> _Task to complete_
Below are lines of data, and only some are wanted. Please repeat exactly those from the line that has "#9=(NAMED_UNIT(*)PLANE_ANGLE_UNIT()SI_UNIT($,.RADIAN.));" through the line that has "#28=ORIENTED_EDGE('',*,*,#27,.T.);".

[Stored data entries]
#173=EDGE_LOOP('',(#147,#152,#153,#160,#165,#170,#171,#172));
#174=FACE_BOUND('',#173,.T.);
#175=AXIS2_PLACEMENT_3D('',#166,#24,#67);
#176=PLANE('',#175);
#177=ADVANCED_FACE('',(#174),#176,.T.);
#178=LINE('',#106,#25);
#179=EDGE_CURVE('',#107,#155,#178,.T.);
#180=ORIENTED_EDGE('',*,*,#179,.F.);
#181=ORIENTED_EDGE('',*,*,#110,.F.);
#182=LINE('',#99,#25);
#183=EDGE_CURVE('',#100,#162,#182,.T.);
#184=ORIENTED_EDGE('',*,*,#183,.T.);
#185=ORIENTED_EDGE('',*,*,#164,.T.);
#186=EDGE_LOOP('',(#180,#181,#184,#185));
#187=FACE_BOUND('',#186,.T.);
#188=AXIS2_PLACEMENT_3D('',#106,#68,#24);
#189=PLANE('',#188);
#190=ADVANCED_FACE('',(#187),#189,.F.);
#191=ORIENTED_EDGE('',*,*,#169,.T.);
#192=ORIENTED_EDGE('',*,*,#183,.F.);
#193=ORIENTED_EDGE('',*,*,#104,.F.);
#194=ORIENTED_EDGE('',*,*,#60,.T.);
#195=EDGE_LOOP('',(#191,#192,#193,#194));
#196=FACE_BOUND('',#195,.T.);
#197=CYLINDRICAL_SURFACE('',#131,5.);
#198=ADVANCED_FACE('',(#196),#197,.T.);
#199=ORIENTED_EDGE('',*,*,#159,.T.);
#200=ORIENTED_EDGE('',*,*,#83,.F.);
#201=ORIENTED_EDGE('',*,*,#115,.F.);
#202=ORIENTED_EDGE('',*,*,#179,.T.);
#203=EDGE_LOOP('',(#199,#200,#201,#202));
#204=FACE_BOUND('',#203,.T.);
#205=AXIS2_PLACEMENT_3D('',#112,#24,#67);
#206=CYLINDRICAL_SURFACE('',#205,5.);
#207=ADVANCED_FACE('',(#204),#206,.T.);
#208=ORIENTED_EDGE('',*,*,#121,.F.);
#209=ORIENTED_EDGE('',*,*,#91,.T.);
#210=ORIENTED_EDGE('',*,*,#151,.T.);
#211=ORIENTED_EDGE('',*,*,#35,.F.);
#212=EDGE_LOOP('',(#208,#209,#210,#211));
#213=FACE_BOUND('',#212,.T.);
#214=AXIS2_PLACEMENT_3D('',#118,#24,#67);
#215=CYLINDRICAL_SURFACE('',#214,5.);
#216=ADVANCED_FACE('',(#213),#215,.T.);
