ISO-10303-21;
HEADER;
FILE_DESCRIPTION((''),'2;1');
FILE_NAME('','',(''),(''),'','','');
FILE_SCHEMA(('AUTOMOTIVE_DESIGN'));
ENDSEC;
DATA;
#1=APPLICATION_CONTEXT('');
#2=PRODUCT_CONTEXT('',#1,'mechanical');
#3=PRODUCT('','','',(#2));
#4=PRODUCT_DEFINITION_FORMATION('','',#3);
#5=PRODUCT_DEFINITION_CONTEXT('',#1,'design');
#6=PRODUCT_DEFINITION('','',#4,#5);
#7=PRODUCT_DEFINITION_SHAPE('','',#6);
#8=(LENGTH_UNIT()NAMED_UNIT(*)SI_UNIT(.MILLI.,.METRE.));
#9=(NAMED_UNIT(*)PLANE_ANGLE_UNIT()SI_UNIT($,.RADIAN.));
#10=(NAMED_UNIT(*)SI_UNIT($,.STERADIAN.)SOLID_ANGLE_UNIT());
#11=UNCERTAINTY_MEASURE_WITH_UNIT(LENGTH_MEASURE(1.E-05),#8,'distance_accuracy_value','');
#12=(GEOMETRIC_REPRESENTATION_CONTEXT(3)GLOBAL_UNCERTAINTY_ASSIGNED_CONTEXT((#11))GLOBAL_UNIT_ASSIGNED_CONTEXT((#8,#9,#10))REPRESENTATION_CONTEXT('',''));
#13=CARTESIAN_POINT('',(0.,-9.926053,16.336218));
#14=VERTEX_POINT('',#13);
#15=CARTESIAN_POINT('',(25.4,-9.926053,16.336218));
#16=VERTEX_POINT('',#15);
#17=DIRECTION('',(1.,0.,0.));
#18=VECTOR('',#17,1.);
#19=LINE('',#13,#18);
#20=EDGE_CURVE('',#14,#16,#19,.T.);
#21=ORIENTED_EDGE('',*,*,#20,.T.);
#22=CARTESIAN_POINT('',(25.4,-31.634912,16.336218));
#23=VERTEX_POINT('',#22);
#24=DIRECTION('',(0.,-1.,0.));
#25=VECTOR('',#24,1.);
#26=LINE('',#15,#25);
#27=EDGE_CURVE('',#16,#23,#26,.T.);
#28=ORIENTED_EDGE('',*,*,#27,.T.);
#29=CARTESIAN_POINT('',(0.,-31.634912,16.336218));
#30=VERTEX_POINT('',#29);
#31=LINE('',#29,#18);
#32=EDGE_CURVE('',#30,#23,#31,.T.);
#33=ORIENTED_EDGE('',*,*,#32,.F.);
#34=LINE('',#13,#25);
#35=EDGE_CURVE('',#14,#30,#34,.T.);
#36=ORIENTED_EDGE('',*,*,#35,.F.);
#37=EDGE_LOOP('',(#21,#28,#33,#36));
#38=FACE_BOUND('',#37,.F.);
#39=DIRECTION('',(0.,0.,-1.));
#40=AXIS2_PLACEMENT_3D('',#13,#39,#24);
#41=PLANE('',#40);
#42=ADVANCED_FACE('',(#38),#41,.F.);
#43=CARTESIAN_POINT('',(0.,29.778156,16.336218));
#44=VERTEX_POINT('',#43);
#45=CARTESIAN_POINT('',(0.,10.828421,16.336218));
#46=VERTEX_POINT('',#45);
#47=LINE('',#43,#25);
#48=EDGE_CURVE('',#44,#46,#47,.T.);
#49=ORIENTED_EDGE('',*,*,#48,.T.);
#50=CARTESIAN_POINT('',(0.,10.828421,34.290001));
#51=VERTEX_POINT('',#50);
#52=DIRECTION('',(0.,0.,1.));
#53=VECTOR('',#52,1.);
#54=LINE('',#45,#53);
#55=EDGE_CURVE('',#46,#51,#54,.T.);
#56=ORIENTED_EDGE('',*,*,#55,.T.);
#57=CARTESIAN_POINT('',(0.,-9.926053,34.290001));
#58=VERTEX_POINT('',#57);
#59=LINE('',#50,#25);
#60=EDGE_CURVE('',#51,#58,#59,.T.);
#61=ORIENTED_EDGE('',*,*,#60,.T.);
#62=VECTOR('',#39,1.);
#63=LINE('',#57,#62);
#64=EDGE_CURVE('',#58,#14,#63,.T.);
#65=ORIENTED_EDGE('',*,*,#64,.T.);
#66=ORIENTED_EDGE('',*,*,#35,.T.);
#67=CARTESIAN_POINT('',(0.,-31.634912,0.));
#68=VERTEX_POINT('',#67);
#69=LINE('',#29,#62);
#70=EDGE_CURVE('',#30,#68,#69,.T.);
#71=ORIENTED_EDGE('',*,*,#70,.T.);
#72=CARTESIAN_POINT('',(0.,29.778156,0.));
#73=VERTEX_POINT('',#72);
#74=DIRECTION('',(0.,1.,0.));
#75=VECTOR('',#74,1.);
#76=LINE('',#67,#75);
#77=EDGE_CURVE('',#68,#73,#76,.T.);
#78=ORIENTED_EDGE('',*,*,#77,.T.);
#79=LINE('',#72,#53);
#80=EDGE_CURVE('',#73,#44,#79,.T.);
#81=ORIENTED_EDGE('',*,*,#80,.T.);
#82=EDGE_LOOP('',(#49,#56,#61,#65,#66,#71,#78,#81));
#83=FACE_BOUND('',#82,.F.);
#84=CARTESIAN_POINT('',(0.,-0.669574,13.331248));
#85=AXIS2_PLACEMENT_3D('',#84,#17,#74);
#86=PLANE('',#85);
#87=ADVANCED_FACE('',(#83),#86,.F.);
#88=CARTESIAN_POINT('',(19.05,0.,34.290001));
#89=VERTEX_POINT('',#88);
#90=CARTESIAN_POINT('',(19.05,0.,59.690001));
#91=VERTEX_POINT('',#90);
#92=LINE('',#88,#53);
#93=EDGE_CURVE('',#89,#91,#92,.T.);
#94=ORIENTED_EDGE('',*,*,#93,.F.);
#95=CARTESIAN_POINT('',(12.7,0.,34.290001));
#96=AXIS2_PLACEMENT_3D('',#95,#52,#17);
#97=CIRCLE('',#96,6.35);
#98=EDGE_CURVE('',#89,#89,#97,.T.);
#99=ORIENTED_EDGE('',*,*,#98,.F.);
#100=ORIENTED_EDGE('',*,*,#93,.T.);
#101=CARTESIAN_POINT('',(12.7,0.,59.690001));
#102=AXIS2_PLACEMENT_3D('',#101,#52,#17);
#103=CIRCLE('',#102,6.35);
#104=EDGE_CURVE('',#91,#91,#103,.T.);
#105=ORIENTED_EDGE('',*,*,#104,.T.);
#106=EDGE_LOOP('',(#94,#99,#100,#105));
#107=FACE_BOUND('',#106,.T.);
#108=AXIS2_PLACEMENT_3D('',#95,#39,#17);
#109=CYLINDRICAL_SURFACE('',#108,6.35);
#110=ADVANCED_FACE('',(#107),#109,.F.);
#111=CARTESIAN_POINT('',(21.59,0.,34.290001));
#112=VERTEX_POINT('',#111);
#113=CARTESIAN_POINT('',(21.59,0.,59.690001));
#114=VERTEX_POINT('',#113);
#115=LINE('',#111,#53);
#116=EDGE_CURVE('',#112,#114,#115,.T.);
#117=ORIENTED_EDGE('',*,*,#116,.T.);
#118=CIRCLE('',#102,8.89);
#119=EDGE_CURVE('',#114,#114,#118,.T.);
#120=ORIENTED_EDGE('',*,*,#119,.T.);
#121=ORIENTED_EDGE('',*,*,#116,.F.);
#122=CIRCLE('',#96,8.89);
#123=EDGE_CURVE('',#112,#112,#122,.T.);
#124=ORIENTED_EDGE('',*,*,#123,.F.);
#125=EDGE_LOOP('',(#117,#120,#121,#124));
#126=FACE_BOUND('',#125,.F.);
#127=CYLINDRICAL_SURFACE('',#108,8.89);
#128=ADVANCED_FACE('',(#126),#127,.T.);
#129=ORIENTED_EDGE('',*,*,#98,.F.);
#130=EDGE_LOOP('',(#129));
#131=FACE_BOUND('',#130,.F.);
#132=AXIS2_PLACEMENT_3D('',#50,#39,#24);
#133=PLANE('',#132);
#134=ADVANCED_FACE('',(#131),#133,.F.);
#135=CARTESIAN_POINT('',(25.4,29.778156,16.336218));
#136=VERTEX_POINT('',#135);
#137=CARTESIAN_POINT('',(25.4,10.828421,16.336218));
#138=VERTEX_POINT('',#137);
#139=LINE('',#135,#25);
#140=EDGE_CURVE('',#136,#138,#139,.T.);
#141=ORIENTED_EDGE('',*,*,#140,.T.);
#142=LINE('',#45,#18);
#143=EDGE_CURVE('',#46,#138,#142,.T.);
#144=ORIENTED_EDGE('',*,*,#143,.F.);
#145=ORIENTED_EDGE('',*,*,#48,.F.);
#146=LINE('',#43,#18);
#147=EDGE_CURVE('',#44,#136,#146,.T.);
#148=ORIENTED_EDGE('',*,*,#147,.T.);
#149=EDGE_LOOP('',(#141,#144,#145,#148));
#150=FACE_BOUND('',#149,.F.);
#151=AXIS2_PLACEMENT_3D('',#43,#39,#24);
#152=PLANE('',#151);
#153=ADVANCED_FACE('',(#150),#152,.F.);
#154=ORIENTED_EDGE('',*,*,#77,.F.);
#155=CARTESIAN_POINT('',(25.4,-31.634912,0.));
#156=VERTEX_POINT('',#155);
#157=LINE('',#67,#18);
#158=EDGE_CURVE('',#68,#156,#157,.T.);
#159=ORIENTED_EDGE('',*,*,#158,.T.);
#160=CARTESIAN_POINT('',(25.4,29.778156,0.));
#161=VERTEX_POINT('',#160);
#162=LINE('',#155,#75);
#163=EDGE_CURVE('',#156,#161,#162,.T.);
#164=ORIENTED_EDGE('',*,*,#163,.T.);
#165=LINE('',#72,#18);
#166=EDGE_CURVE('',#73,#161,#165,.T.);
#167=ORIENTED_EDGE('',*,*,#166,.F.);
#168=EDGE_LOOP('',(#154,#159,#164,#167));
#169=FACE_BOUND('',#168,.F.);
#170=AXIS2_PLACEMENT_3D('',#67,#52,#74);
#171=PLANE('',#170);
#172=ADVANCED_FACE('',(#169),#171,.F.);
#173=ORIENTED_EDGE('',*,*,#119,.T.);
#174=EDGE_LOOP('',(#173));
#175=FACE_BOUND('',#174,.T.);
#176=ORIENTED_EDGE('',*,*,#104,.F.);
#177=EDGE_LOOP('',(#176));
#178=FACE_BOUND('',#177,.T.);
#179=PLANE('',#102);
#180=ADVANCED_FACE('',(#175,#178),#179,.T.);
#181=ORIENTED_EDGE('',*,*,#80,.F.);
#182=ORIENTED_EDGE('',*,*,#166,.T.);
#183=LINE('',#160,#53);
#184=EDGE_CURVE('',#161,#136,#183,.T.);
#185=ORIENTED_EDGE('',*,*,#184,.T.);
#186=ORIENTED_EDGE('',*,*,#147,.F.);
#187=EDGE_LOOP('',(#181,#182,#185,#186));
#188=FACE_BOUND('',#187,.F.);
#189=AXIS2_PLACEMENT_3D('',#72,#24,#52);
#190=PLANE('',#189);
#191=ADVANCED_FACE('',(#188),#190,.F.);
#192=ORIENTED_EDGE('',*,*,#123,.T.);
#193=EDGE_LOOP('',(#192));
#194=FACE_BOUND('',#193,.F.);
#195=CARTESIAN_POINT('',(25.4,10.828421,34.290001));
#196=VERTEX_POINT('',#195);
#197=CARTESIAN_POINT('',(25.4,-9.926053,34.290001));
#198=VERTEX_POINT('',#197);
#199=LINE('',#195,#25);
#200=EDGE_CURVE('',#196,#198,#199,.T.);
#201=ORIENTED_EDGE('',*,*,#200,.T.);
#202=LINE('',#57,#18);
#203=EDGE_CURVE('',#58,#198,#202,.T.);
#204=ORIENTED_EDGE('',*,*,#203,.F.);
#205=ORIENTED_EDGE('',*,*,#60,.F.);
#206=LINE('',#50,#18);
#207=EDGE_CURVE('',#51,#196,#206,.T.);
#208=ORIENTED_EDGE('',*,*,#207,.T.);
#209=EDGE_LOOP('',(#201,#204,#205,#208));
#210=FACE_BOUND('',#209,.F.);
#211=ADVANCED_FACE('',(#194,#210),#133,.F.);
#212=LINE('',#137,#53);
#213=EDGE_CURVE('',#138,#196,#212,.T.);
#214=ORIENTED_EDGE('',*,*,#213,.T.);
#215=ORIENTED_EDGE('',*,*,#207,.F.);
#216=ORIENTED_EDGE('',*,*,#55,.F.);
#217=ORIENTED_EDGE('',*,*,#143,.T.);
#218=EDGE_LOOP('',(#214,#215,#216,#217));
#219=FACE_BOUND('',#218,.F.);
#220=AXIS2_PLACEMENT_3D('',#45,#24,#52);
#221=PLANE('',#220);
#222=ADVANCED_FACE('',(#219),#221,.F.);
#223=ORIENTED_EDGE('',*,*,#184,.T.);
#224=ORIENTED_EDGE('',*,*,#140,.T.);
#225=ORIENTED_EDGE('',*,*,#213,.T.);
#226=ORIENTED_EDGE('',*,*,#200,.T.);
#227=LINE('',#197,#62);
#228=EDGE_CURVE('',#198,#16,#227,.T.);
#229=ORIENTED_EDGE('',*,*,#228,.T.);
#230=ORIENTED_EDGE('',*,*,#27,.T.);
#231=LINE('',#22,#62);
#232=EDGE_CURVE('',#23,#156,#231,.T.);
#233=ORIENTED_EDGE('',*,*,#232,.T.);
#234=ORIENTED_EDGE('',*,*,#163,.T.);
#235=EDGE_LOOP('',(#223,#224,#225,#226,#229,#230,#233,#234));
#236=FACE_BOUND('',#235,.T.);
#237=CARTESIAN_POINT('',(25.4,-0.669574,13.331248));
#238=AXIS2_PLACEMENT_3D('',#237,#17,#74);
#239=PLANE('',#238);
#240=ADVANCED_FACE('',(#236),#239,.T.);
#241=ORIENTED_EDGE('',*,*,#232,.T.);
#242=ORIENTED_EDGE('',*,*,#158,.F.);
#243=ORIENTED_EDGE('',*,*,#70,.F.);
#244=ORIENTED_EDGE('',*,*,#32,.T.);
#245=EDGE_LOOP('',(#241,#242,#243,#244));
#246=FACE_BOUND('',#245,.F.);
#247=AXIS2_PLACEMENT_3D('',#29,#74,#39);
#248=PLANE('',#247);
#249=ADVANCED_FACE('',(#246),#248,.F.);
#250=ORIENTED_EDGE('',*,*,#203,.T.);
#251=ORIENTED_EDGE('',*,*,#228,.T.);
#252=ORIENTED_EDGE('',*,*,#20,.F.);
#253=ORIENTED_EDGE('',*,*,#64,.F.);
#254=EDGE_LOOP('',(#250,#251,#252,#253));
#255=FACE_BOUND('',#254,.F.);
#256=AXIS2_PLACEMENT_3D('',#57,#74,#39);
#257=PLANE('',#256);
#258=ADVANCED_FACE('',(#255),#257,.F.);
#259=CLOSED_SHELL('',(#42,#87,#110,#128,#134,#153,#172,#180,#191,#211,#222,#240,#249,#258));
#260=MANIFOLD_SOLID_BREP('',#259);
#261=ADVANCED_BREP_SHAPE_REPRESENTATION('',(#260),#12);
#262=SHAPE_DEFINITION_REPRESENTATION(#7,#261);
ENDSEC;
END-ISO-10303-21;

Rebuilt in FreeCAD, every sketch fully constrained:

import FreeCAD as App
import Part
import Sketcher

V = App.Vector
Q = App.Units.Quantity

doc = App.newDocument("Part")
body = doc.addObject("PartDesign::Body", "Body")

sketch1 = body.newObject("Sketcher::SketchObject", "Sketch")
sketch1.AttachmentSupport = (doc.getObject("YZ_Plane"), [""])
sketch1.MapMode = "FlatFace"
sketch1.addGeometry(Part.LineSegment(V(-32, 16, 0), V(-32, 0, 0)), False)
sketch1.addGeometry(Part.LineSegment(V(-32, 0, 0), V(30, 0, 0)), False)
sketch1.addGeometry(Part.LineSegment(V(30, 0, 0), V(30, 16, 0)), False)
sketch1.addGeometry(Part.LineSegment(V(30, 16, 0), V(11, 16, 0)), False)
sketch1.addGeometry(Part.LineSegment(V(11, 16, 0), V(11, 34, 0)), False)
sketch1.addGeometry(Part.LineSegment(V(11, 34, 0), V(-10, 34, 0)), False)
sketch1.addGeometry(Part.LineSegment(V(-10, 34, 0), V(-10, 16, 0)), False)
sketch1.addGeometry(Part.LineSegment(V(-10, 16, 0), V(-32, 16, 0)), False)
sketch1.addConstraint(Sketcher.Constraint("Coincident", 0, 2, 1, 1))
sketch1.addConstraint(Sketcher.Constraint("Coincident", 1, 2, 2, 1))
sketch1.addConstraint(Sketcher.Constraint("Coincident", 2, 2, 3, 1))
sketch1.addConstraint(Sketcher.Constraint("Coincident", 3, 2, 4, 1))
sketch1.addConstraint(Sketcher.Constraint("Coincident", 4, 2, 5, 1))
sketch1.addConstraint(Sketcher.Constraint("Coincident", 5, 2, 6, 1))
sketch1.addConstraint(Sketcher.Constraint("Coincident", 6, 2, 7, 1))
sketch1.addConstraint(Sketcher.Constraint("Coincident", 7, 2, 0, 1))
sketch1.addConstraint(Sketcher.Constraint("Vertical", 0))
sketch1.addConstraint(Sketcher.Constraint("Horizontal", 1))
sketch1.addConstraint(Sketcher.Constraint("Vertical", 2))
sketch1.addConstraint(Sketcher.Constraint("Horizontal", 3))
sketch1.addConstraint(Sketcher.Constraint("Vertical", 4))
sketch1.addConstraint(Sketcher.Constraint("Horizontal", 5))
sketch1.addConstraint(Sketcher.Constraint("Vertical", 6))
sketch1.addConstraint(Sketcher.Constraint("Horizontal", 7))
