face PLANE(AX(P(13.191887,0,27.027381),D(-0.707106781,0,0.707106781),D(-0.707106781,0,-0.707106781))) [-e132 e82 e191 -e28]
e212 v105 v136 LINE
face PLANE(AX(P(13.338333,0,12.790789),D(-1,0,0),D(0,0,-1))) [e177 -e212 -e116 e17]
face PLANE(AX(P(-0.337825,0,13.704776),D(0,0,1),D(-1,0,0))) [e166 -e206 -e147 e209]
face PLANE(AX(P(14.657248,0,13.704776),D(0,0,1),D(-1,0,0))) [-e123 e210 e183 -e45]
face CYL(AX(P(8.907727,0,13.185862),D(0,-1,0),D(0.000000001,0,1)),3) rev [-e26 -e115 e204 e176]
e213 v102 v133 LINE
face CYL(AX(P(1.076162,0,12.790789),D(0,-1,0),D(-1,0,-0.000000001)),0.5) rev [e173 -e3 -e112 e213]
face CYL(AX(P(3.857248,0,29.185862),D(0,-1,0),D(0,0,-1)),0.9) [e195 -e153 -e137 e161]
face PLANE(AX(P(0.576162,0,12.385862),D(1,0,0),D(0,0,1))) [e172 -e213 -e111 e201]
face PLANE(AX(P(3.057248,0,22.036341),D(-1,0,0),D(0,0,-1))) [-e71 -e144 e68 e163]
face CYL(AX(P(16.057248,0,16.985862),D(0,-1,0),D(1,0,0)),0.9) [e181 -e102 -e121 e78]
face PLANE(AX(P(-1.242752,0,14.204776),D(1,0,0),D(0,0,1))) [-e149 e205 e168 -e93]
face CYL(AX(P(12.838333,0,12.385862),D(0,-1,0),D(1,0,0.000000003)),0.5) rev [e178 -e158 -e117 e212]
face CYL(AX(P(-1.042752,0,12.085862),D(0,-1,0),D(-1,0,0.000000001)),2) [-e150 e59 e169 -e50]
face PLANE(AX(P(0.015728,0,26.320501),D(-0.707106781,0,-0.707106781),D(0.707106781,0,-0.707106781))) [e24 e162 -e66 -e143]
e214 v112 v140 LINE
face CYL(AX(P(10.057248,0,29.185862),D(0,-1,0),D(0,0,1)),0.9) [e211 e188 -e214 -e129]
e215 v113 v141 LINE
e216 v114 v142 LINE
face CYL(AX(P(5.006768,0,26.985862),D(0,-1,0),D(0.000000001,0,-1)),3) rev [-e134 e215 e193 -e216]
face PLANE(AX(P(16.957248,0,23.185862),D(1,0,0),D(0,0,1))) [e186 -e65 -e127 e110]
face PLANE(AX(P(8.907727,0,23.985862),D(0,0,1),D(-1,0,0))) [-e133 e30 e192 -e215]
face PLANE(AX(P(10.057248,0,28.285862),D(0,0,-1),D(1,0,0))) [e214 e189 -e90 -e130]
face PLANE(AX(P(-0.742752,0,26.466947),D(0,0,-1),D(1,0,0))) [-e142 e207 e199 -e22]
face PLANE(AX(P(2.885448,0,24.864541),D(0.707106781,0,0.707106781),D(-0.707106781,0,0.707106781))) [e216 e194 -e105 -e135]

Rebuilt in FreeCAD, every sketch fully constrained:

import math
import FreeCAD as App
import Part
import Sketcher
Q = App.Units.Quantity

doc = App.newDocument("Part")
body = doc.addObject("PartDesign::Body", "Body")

> _Your response_
#9=(NAMED_UNIT(*)PLANE_ANGLE_UNIT()SI_UNIT($,.RADIAN.));
#10=(NAMED_UNIT(*)SI_UNIT($,.STERADIAN.)SOLID_ANGLE_UNIT());
#11=UNCERTAINTY_MEASURE_WITH_UNIT(LENGTH_MEASURE(1.E-05),#8,'distance_accuracy_value','');
#12=(GEOMETRIC_REPRESENTATION_CONTEXT(3)GLOBAL_UNCERTAINTY_ASSIGNED_CONTEXT((#11))GLOBAL_UNIT_ASSIGNED_CONTEXT((#8,#9,#10))REPRESENTATION_CONTEXT('',''));
#13=CARTESIAN_POINT('',(0.,-9.926053,16.336218));
#14=VERTEX_POINT('',#13);
#15=CARTESIAN_POINT('',(25.4,-9.926053,16.336218));
#16=VERTEX_POINT('',#15);
#17=DIRECTION('',(1.,0.,0.));
#18=VECTOR('',#17,1.);
#19=LINE('',#13,#18);
#20=EDGE_CURVE('',#14,#16,#19,.T.);
#21=ORIENTED_EDGE('',*,*,#20,.T.);
#22=CARTESIAN_POINT('',(25.4,-31.634912,16.336218));
#23=VERTEX_POINT('',#22);
#24=DIRECTION('',(0.,-1.,0.));
#25=VECTOR('',#24,1.);
#26=LINE('',#15,#25);
#27=EDGE_CURVE('',#16,#23,#26,.T.);
#28=ORIENTED_EDGE('',*,*,#27,.T.);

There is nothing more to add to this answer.